Abstract
Objective
To test the ability of high-performance machine learning (ML) models employing clinical, radiological, and radiomic variables to improve non-invasive prediction of the pathological status of prostate cancer (PCa) in a large, single-institution cohort.
Methods
Patients who underwent multiparametric MRI and prostatectomy in our institution in 2015–2018 were considered; a total of 949 patients were included. Gradient-boosted decision tree models were separately trained using clinical features alone and in combination with radiological reporting and/or prostate radiomic features to predict pathological T, pathological N, ISUP score, and their change from preclinical assessment. Model behavior was analyzed in terms of performance, feature importance, Shapley additive explanation (SHAP) values, and mean absolute error (MAE). The best model was compared against a naïve model mimicking clinical workflow.
Results
The model including all variables was the best performing (AUC values ranging from 0.73 to 0.96 for the six endpoints). Radiomic features brought a small yet measurable boost in performance, with the SHAP values indicating that their contribution can be critical to successful prediction of endpoints for individual patients. MAEs were lower for low-risk patients, suggesting that the models find them easier to classify. The best model outperformed (p ≤ 0.0001) clinical baseline, resulting in significantly fewer false negative predictions and overall was less prone to under-staging.
Conclusions
Our results highlight the potential benefit of integrative ML models for pathological status prediction in PCa. Additional studies regarding clinical integration of such models can provide valuable information for personalizing therapy offering a tool to improve non-invasive prediction of pathological status.
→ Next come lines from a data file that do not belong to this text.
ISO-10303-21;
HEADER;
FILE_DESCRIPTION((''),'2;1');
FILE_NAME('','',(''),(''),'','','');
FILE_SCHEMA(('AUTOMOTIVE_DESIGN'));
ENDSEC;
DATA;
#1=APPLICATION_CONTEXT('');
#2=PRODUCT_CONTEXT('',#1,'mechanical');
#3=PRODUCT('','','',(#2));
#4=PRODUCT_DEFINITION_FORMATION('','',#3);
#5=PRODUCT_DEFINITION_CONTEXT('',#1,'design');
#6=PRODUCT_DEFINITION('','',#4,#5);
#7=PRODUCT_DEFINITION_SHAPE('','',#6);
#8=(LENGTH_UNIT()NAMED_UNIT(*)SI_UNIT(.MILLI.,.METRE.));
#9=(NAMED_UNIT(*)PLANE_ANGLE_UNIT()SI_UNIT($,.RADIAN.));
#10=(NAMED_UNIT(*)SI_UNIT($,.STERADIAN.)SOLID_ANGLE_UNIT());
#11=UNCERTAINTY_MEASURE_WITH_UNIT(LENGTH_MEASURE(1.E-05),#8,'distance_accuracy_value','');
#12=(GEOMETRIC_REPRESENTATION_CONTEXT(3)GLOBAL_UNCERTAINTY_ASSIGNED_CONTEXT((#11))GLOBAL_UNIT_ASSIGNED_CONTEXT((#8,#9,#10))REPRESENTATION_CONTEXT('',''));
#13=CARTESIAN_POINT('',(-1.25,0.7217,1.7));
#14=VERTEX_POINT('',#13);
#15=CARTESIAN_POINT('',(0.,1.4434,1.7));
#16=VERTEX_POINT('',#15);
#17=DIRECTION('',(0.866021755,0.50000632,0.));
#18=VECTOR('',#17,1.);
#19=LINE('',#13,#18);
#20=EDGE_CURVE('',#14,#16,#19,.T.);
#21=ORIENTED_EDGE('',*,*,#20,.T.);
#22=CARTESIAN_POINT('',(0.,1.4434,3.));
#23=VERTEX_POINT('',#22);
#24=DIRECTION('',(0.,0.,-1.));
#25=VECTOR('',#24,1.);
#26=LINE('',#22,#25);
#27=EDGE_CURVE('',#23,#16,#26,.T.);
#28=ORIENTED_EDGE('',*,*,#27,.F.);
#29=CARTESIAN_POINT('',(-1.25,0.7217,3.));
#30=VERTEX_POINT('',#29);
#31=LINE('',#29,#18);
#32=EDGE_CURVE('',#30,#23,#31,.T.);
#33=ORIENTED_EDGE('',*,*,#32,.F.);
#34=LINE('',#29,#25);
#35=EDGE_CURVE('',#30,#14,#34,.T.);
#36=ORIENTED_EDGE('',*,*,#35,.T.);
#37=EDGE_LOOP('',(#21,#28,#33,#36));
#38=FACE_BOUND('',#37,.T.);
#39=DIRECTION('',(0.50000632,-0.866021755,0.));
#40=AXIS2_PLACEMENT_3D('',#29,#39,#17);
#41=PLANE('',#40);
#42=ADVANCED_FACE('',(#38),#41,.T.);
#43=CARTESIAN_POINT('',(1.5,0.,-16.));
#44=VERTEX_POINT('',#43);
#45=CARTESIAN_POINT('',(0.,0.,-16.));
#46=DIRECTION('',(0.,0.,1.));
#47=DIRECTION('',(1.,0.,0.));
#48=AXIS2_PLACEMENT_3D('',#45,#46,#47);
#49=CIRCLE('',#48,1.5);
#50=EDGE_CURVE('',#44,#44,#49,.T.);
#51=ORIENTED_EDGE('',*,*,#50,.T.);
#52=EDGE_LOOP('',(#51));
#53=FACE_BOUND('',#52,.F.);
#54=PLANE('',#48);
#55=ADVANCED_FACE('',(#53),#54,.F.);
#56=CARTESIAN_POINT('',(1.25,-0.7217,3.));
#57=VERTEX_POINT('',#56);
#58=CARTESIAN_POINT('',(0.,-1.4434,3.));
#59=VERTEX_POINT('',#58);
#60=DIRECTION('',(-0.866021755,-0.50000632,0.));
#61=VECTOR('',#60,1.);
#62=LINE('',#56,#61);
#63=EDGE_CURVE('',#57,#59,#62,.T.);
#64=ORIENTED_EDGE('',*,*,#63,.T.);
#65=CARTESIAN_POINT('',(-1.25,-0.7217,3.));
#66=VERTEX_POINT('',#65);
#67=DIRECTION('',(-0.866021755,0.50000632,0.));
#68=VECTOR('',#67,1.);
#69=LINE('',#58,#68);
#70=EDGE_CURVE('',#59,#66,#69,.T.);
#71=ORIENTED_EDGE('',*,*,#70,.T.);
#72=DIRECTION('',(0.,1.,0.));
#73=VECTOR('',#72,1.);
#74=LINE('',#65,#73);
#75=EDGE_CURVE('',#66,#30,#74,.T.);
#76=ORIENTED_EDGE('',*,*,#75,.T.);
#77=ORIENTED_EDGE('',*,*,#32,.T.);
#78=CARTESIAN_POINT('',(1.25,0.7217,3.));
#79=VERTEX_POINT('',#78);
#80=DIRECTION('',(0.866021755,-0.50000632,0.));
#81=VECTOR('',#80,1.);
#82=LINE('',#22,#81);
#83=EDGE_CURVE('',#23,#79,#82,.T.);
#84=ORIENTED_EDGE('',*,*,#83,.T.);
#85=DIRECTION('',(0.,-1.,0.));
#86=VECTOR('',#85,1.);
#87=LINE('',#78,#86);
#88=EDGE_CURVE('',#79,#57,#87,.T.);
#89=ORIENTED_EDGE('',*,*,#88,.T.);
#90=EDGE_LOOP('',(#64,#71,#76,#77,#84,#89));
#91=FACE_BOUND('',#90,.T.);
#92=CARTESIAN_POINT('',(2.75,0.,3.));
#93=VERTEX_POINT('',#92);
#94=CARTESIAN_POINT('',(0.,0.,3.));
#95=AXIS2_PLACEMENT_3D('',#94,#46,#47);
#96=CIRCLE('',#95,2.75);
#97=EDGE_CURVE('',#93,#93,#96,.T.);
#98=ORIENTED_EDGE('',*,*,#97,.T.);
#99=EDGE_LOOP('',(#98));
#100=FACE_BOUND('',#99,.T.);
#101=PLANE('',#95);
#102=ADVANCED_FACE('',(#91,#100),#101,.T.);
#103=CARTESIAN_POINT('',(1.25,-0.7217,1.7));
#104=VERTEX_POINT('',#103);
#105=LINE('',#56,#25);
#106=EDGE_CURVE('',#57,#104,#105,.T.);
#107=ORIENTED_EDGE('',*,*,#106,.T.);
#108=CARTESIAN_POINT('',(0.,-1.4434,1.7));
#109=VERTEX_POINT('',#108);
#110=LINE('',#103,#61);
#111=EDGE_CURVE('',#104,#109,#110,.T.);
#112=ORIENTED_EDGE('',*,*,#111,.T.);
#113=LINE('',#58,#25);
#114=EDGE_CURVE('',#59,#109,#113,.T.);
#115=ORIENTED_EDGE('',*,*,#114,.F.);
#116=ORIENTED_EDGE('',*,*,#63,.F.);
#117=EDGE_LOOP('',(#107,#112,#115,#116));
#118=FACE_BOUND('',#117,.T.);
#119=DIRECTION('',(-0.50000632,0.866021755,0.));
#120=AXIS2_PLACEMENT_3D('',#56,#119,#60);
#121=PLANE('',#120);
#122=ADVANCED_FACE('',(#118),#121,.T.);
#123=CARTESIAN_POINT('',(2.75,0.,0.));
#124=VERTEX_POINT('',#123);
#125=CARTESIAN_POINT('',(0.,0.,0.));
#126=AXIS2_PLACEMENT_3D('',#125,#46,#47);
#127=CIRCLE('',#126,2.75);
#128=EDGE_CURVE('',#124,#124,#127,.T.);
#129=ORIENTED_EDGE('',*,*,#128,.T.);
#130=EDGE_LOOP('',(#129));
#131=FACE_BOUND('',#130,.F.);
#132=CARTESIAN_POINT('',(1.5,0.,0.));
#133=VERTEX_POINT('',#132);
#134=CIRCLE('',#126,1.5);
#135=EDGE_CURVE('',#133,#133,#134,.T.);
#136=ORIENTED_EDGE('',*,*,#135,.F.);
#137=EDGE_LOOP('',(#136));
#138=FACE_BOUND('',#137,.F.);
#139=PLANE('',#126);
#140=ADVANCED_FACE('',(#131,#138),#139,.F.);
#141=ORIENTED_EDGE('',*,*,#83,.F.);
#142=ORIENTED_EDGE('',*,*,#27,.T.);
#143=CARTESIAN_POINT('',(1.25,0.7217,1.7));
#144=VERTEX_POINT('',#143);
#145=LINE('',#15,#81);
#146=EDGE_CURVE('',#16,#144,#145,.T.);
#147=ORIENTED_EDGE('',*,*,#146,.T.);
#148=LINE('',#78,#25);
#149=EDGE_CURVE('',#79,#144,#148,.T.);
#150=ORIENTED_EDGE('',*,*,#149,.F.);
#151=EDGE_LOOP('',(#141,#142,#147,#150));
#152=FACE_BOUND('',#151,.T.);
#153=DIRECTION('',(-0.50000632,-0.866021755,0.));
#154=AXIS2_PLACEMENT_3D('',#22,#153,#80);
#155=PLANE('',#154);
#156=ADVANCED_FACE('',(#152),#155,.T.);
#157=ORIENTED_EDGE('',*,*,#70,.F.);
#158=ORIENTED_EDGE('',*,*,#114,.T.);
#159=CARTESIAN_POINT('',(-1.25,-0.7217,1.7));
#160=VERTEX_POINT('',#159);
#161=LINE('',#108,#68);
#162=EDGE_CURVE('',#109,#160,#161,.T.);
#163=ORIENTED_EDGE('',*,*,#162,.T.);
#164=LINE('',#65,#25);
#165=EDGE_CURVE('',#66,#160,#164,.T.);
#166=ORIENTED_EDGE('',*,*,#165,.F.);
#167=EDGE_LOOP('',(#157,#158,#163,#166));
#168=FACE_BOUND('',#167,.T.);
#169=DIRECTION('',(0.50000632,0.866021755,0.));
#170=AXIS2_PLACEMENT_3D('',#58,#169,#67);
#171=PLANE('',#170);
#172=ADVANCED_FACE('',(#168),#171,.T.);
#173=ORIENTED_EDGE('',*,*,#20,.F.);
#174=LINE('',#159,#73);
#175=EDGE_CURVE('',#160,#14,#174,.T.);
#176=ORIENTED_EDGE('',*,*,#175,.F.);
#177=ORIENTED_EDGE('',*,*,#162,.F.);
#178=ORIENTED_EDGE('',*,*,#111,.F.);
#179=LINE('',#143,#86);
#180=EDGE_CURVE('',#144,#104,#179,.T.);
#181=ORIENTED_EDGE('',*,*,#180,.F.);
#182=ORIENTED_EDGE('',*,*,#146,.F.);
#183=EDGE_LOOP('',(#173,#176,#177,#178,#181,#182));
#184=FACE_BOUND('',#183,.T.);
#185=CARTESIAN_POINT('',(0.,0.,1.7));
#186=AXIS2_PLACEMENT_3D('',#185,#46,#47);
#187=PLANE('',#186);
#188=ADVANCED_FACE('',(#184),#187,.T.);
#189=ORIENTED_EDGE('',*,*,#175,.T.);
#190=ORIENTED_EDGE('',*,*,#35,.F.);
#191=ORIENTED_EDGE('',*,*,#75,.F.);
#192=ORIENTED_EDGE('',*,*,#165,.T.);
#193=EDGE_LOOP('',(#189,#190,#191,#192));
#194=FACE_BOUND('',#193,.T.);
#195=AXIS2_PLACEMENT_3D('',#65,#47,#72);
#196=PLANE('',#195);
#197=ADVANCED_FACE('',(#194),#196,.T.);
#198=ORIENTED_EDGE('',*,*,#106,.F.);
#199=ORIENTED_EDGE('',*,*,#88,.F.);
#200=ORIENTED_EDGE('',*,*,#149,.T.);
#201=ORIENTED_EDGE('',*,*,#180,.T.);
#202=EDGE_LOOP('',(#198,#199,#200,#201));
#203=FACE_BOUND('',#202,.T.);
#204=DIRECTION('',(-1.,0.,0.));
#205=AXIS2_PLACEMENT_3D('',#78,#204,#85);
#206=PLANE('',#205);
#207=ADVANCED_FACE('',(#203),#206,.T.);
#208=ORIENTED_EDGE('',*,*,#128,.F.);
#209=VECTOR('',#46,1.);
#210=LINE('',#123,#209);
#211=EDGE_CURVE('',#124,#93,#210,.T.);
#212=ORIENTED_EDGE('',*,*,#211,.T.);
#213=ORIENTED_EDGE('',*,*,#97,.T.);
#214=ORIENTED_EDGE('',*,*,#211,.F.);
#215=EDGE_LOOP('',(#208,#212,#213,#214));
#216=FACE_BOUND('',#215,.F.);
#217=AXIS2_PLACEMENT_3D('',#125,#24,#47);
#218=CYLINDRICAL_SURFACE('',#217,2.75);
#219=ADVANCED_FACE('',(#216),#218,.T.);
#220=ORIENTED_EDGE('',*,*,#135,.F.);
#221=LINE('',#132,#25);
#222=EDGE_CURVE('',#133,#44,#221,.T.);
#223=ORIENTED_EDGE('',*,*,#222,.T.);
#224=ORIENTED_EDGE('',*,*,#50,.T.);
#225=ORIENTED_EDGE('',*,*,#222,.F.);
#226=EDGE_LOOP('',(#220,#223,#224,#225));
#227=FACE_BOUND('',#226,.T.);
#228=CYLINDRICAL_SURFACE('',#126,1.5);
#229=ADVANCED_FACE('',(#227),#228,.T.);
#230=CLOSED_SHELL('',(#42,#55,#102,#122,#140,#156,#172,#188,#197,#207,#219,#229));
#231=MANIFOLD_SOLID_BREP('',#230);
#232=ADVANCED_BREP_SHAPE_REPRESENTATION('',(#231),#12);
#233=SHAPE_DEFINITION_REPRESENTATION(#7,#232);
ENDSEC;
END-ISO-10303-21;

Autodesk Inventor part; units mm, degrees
ref_plane "YZ Plane" through (0, 0, 0) normal (1, 0, 0) x (0, 1, 0)
ref_plane "XZ Plane" through (0, 0, 0) normal (0, 1, 0) x (-1, 0, 0)
ref_plane "XY Plane" through (0, 0, 0) normal (0, 0, 1) x (1, 0, 0)
sketch "スケッチ1" plane through (0, 0, 0) normal (0, 0, 1) x (1, 0, 0)
  circle A0 centre (0, 0) radius 1.5
  dimension "d0" = 3
extrude "押し出し1" add sketch "スケッチ1" against normal blind 16
sketch "スケッチ2" plane through (0, 0, 0) normal (0, 0, 1) x (1, 0, 0)
  circle A0 centre (0, 0) radius 2.75
  dimension "d3" = 5.5
extrude "押し出し2" add sketch "スケッチ2" along normal blind 3
sketch "スケッチ3" plane through (0, 0, 3) normal (0, 0, 1) x (1, 0, 0)
  line L0 (0, 1.4434) -> (1.25, 0.7217)
  line L1 (1.25, 0.7217) -> (1.25, -0.7217)
  line L2 (1.25, -0.7217) -> (0, -1.4434)
  line L3 (0, -1.4434) -> (-1.25, -0.7217)
  line L4 (-1.25, -0.7217) -> (-1.25, 0.7217)
  line L5 (-1.25, 0.7217) -> (0, 1.4434)
  point P0 (0, 0)
  point P1 (0, 0)
  dimension "d6" = 2.5
extrude "押し出し3" cut sketch "スケッチ3" against normal blind 1.3
thread "ねじ1" size "M3x0.5" class "6g" standard "ANSI Metric M Profile" full length
properties part number "M3キャップボルト 16" material "鋼、高強度、低合金"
Clinical relevance statement
The best machine learning model was less prone to under-staging of the disease. The improved accuracy of our pathological prediction models could constitute an asset to the clinical workflow by providing clinicians with accurate pathological predictions prior to treatment.
Key Points
• Currently, the most common strategies for pre-surgical stratification of prostate cancer (PCa) patients have shown to have suboptimal performances.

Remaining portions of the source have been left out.